(Collected data entries)
————

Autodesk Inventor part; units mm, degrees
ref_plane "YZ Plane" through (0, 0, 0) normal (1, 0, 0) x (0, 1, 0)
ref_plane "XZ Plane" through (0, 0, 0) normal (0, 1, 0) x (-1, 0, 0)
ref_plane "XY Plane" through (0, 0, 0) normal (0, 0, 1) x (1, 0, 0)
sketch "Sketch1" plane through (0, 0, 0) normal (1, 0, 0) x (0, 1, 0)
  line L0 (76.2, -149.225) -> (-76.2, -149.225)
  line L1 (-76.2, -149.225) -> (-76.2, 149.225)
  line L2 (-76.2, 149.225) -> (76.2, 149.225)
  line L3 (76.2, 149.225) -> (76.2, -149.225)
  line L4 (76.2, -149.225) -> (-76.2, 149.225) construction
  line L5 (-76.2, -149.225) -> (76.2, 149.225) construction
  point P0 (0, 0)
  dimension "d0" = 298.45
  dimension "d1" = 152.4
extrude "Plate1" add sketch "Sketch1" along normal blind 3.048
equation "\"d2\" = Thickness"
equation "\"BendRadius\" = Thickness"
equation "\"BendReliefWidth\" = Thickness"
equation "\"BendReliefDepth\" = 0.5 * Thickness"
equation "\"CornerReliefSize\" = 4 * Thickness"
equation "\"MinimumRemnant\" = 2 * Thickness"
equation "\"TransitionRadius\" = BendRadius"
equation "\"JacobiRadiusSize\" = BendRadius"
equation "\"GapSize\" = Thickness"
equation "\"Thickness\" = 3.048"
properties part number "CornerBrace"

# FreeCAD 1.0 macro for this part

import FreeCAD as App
import Part
import Sketcher
Q = App.Units.Quantity


def add_polygon(sketch, points):
    """Adds a closed chain of lines whose ends are joined by coincident constraints."""
    first, n = sketch.GeometryCount, len(points)
    for a, b in zip(points, points[1:] + points[:1]):
        sketch.addGeometry(Part.LineSegment(App.Vector(*a, 0), App.Vector(*b, 0)), False)
    for i in range(n):
        sketch.addConstraint(Sketcher.Constraint("Coincident", first + i, 2, first + (i + 1) % n, 1))

doc = App.newDocument("Part")
body = doc.addObject("PartDesign::Body", "Body")

# Sketch on YZ plane
sketch1 = body.newObject("Sketcher::SketchObject", "Sketch")
sketch1.AttachmentSupport = (doc.getObject("YZ_Plane"), [""])
sketch1.MapMode = "FlatFace"
add_polygon(sketch1, [(-76.2, -149.225), (76.2, -149.225), (76.2, 149.225), (-76.2, 149.225)])  # lines 0-3
sketch1.addConstraint([
    Sketcher.Constraint("Horizontal", 0),
    Sketcher.Constraint("Vertical", 1),
    Sketcher.Constraint("Horizontal", 2),
    Sketcher.Constraint("Vertical", 3),
    Sketcher.Constraint("Symmetric", 0, 2, 2, 2, -1, 1),
    Sketcher.Constraint("DistanceX", 0, 1, 0, 2, Q("6 in")),
    Sketcher.Constraint("DistanceY", 1, 1, 1, 2, Q("11.75 in")),
])
pad1 = body.newObject("PartDesign::Pad", "Pad")
pad1.Profile = sketch1
pad1.Length = Q("0.12 in")

doc.recompute()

————

> **What is expected**
Each line of the data that holds "construction" should be reported.

> **Reply**
  line L4 (76.2, -149.225) -> (-76.2, 149.225) construction
  line L5 (-76.2, -149.225) -> (76.2, 149.225) construction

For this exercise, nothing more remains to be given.